[Collected data entries]
>>>

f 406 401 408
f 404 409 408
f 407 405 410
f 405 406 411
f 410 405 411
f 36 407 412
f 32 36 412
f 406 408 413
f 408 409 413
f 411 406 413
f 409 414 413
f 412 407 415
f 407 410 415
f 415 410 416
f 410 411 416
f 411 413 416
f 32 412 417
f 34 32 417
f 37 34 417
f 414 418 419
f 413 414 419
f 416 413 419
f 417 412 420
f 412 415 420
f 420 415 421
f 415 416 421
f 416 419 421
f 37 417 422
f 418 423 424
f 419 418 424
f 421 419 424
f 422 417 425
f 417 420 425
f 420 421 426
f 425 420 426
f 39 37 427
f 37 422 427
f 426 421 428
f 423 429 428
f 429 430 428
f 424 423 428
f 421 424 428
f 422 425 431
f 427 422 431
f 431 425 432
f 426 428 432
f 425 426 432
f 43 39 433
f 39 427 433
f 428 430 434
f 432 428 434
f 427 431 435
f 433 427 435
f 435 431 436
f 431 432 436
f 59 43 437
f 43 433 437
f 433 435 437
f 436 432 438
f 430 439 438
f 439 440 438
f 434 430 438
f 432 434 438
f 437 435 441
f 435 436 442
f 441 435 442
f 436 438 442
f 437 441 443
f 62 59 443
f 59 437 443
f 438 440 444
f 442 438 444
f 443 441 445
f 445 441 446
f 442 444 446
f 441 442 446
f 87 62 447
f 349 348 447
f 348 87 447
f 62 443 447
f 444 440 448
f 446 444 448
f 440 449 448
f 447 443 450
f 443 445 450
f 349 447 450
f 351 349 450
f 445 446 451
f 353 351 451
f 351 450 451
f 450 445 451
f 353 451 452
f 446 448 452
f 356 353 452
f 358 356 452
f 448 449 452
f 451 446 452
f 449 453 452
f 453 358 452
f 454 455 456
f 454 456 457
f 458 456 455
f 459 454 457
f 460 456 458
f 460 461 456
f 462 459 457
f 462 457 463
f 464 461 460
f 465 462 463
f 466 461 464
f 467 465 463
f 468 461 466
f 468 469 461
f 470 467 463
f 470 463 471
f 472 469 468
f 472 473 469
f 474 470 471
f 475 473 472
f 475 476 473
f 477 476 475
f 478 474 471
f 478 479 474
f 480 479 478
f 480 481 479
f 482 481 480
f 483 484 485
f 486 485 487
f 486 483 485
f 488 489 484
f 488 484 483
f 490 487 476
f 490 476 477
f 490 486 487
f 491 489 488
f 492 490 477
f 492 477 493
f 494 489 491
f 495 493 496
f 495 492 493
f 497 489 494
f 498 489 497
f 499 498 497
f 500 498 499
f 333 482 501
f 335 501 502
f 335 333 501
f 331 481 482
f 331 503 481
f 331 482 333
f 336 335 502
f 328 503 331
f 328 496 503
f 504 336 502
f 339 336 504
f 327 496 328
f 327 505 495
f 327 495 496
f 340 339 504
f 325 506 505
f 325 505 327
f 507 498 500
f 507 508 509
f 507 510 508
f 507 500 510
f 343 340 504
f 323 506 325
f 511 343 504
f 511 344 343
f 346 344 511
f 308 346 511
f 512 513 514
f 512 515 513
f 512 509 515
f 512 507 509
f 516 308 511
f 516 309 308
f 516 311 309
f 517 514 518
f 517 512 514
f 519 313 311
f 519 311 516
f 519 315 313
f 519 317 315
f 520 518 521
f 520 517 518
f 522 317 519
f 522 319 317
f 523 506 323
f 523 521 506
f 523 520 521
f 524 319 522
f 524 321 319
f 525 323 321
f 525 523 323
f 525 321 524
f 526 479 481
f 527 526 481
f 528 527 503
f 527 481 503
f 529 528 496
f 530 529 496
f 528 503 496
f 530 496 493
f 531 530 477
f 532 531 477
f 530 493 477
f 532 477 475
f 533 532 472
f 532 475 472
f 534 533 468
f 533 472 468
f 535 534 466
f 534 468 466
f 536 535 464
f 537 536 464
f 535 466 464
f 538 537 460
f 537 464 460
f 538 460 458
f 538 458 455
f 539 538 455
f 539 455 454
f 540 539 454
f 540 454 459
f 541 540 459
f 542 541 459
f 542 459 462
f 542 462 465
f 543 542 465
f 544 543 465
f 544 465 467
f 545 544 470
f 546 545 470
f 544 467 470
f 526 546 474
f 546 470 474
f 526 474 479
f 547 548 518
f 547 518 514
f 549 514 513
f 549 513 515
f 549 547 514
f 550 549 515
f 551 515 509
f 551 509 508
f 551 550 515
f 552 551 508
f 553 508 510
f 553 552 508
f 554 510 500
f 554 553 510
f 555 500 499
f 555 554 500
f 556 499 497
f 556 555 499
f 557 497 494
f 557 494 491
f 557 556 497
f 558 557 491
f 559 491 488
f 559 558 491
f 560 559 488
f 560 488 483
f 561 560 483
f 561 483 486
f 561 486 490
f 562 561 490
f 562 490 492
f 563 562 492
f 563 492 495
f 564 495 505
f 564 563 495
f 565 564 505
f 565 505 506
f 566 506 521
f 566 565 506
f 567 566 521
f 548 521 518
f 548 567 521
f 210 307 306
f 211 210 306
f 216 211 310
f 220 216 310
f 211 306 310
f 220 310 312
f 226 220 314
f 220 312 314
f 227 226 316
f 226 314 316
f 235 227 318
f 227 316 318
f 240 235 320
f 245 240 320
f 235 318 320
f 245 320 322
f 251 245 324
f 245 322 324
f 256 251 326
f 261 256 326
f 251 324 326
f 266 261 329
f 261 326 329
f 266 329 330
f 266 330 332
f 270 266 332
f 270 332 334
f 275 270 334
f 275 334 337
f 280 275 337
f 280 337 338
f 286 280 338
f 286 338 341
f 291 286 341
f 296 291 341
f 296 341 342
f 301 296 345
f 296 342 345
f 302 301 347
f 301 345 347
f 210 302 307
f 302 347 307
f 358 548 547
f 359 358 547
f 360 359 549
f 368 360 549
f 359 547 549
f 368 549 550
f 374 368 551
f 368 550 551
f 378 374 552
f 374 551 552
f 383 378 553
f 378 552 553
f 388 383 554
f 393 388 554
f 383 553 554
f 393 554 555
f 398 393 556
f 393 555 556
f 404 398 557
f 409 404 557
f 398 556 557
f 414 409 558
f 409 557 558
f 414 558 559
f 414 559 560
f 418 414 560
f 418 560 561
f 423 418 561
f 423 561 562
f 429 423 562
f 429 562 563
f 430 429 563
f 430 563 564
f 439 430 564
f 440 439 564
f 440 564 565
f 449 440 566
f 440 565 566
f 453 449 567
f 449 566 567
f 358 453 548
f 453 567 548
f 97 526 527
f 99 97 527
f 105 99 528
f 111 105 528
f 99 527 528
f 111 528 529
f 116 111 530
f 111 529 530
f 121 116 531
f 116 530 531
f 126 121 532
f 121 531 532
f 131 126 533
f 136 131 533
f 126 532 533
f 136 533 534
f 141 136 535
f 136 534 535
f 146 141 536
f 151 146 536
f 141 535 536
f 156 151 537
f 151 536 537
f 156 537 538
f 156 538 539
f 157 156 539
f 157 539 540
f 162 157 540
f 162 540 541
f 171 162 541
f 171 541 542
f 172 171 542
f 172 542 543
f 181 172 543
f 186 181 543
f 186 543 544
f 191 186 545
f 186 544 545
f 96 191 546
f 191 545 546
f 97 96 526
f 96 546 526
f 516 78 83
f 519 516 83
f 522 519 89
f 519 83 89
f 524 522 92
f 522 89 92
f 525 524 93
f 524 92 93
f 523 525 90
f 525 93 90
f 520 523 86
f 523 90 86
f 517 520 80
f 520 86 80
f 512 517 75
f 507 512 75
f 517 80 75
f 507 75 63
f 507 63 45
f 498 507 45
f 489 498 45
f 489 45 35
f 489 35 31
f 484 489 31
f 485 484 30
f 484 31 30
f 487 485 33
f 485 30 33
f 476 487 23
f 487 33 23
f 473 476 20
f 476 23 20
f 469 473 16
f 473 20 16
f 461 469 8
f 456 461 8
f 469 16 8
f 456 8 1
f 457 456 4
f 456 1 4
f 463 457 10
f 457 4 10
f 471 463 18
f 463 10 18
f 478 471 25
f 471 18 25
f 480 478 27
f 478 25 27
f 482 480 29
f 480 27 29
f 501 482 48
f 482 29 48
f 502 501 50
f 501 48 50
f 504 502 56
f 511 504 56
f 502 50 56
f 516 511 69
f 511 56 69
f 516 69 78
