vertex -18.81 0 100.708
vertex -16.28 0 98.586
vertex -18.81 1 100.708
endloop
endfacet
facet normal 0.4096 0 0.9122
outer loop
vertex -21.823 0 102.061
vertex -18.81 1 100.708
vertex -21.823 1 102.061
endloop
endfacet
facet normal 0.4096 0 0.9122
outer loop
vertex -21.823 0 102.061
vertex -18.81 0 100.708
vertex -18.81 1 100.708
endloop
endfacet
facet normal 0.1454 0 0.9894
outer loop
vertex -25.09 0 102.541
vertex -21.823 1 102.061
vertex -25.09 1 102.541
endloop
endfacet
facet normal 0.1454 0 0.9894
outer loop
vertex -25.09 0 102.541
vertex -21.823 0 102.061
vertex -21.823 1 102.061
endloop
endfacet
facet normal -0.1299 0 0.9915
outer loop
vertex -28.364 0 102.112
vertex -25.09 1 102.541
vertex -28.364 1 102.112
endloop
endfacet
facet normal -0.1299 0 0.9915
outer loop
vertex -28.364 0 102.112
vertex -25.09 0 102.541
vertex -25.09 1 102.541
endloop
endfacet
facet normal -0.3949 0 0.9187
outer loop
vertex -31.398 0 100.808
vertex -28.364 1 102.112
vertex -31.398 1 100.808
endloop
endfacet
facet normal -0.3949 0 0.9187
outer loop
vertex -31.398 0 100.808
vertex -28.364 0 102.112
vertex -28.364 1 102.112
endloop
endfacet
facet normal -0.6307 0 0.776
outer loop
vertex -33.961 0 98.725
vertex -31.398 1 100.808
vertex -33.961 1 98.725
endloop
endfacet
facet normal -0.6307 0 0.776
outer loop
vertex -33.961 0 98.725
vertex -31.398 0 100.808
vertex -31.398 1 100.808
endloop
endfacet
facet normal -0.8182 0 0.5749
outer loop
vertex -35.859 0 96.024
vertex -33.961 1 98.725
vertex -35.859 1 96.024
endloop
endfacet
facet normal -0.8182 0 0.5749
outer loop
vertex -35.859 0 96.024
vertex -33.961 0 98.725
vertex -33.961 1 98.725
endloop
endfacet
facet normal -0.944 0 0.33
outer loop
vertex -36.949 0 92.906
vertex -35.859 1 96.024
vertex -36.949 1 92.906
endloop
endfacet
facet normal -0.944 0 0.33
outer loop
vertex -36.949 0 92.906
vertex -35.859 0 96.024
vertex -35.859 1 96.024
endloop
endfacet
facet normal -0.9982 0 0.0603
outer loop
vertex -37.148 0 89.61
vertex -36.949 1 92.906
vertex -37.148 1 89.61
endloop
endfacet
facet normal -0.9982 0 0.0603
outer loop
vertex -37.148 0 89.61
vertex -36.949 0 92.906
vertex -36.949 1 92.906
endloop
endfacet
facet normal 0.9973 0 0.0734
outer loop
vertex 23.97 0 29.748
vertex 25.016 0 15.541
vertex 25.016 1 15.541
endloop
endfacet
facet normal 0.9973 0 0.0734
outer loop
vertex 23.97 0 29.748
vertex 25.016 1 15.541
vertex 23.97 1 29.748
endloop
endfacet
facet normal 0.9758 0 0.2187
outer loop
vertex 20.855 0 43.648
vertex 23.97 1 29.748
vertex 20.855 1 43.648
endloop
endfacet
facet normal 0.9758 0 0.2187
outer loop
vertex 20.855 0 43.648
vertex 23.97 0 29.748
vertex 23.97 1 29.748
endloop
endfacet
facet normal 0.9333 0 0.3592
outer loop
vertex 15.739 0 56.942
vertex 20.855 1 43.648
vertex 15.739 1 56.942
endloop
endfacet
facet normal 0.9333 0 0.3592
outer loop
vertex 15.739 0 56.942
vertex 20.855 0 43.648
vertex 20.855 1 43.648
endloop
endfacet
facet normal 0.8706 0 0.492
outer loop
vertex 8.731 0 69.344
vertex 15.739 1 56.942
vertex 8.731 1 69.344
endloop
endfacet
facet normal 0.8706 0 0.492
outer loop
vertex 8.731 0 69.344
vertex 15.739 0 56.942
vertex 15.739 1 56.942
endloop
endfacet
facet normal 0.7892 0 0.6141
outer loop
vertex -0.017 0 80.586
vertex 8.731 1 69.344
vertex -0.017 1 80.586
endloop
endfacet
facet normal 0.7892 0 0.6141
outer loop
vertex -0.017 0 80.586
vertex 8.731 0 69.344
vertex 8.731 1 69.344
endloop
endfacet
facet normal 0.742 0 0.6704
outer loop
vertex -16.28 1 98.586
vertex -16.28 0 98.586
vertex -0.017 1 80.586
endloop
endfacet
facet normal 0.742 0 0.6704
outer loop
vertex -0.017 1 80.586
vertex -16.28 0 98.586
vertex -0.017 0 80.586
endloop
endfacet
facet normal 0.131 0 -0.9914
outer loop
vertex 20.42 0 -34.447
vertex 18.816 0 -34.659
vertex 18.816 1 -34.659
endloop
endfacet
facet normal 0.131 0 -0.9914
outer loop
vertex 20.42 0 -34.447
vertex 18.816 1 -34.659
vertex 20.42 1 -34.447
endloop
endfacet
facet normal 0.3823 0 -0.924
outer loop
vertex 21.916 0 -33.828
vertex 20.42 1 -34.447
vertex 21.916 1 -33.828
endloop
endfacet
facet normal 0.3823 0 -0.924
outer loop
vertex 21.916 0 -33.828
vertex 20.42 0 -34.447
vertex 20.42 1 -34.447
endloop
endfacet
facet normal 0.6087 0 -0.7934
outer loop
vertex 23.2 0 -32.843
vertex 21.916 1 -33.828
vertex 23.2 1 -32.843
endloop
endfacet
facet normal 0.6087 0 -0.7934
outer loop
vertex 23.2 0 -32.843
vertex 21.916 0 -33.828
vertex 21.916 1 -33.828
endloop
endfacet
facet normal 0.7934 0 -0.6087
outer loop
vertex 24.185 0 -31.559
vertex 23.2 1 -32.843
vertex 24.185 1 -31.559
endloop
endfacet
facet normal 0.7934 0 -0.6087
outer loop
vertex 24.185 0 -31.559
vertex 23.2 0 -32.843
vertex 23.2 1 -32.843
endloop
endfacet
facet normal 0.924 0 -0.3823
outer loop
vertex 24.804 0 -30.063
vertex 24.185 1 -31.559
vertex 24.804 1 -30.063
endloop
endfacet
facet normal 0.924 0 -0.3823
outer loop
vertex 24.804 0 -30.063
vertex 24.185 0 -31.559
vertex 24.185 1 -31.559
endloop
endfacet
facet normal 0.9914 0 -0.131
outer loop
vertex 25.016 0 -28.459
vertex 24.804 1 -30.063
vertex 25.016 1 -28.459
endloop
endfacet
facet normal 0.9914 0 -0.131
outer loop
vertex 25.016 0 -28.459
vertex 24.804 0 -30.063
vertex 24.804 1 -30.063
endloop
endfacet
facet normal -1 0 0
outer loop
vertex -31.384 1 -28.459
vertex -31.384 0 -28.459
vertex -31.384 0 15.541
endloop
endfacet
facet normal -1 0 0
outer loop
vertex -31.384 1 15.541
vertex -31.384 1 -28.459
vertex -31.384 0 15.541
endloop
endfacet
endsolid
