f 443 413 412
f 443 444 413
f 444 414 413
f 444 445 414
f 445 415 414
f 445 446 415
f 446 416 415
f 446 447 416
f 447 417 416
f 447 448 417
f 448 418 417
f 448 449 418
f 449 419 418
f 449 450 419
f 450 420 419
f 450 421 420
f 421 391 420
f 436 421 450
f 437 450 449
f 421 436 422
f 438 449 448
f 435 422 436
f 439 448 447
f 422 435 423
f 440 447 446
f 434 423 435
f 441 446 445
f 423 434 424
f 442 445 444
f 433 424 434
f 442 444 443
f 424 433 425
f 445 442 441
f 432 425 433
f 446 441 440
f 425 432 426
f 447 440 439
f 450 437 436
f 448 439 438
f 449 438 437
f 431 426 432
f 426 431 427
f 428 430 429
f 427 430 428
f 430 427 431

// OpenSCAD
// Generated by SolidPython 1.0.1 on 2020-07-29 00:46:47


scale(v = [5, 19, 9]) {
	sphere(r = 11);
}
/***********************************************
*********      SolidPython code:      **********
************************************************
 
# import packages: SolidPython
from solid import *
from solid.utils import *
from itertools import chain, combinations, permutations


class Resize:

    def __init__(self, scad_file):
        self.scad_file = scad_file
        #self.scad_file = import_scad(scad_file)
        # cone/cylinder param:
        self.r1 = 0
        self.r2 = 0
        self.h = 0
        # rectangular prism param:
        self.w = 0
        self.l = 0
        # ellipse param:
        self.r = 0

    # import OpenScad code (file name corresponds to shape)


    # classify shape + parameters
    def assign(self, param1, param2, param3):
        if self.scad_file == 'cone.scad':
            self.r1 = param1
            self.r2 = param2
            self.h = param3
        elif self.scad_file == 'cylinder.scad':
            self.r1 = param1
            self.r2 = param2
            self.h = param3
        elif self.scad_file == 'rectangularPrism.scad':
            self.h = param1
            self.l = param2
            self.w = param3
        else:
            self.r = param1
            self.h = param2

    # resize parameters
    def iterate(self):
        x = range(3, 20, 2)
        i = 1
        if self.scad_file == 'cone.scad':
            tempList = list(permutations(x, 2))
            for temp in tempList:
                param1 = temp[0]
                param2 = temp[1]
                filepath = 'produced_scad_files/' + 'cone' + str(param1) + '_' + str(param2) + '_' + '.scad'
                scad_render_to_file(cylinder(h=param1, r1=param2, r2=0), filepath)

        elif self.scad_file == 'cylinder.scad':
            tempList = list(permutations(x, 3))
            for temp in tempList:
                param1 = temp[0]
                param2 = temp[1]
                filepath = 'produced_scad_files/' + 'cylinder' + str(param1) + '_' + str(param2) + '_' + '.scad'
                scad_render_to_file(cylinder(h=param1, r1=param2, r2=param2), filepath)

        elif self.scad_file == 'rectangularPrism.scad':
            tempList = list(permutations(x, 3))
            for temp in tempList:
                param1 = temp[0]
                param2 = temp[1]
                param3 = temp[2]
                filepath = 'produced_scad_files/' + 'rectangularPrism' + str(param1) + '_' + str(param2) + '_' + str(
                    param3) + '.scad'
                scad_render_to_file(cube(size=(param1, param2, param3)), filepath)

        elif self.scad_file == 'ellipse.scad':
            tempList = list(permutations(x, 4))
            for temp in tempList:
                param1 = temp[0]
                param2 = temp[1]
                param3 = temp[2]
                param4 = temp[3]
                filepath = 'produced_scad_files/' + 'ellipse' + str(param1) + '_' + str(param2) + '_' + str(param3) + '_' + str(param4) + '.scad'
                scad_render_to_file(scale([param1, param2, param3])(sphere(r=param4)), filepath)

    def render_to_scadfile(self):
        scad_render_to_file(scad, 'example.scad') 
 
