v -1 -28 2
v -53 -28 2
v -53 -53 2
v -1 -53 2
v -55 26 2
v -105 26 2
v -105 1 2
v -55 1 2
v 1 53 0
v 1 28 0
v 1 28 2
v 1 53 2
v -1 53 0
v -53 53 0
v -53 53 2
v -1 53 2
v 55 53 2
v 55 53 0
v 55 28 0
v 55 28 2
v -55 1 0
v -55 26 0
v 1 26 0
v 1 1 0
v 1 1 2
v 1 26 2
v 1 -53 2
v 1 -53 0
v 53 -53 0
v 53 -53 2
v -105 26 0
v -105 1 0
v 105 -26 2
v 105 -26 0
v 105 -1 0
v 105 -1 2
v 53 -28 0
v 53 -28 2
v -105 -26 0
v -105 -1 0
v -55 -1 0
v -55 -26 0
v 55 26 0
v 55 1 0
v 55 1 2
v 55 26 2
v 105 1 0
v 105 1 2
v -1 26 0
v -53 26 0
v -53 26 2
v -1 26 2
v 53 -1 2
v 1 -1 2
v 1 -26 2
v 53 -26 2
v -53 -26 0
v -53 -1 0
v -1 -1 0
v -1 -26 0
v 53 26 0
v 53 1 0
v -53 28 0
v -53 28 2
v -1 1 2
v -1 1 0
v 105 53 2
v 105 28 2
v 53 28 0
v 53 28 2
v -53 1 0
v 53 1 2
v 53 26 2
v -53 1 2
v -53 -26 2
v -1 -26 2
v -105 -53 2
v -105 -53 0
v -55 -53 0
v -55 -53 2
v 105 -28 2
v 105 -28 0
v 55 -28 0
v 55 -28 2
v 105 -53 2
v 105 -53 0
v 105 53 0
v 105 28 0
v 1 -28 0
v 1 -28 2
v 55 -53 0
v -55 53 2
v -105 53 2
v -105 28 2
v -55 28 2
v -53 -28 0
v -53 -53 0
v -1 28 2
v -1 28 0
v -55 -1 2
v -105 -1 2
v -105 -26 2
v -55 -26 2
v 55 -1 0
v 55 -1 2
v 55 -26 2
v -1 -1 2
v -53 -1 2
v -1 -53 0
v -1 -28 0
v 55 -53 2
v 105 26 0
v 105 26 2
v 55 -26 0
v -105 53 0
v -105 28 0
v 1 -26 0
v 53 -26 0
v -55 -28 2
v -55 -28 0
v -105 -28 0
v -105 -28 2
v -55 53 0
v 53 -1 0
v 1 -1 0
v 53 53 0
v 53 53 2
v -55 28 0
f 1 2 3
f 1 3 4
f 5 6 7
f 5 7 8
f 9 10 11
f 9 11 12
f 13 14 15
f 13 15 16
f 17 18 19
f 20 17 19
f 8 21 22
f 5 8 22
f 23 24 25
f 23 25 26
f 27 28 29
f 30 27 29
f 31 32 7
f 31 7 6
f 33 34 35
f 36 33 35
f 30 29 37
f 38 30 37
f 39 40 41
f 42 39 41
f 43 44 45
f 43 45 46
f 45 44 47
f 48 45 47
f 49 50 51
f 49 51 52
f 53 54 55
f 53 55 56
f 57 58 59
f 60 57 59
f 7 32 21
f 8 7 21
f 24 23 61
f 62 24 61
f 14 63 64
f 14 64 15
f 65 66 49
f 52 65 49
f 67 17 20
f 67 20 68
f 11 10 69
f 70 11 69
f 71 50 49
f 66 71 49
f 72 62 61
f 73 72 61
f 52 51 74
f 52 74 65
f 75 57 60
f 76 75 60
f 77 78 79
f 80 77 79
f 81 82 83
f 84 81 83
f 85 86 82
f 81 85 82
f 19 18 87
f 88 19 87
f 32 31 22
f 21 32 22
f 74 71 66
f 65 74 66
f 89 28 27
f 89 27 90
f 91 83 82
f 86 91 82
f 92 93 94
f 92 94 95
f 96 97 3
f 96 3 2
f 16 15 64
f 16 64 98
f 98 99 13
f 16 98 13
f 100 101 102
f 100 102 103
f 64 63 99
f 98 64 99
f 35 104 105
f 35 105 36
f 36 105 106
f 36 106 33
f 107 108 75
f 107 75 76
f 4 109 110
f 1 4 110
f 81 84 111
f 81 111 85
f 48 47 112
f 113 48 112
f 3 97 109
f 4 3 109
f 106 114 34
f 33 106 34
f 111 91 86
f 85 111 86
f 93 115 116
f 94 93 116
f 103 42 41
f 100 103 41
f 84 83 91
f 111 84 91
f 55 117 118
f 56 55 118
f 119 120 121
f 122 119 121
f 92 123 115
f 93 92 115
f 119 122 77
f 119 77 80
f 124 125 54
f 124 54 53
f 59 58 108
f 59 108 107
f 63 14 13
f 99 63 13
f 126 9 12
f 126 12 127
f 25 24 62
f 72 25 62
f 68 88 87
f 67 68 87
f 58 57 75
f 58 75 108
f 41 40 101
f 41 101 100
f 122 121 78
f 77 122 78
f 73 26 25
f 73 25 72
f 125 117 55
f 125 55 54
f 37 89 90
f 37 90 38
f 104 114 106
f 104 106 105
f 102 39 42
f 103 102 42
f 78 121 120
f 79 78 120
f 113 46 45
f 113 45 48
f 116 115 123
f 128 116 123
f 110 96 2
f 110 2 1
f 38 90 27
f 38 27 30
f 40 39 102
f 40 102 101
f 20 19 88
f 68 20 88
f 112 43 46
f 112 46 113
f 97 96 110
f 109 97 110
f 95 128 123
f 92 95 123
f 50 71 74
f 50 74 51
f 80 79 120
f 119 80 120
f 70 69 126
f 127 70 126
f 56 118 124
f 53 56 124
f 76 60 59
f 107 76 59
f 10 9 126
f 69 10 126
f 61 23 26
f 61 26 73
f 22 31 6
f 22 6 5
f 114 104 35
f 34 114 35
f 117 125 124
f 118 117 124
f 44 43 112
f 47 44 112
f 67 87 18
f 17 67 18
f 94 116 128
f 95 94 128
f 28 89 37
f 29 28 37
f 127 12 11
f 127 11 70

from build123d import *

# Parameters (mm, degrees)
F0_W     = 52
F0_H     = 25
F0_W_2   = 50
F1_DEPTH = 2


with BuildPart() as f1:
    # F0 (on Top) → F1 (new body)
    with BuildSketch(Plane.XY):
        Polygon((-55, 53), (-105, 53), (-105, 30), (-105, 28), (-55, 28), align=None)
        with Locations((-27, 40.5)):
            Rectangle(F0_W, F0_H)
        with Locations((27, 40.5)):
            Rectangle(F0_W, F0_H)
        with Locations((27, 13.5)):
            Rectangle(F0_W, F0_H)
        with Locations((-27, 13.5)):
            Rectangle(F0_W, F0_H)
        with Locations((-80, 13.5)):
            Rectangle(F0_W_2, F0_H)
        with Locations((-80, -13.5)):
            Rectangle(F0_W_2, F0_H)
        with Locations((-27, -13.5)):
            Rectangle(F0_W, F0_H)
        with Locations((27, -13.5)):
            Rectangle(F0_W, F0_H)
        Polygon((105, 53), (55, 53), (55, 28), (105, 28), (105, 30), align=None)
        with Locations((80, 13.5)):
            Rectangle(F0_W_2, F0_H)
        with Locations((80, -13.5)):
            Rectangle(F0_W_2, F0_H)
        Polygon((55, -28), (55, -53), (105, -53), (105, -30), (105, -28), align=None)
        with Locations((27, -40.5)):
            Rectangle(F0_W, F0_H)
        with Locations((-27, -40.5)):
            Rectangle(F0_W, F0_H)
        Polygon((-55, -28), (-105, -28), (-105, -30), (-105, -53), (-55, -53), align=None)
    extrude(amount=F1_DEPTH)


solid = f1.part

<<<

Copy each line of the entries that includes the word "scale".

scale(v = [5, 19, 9]) {
                scad_render_to_file(scale([param1, param2, param3])(sphere(r=param4)), filepath)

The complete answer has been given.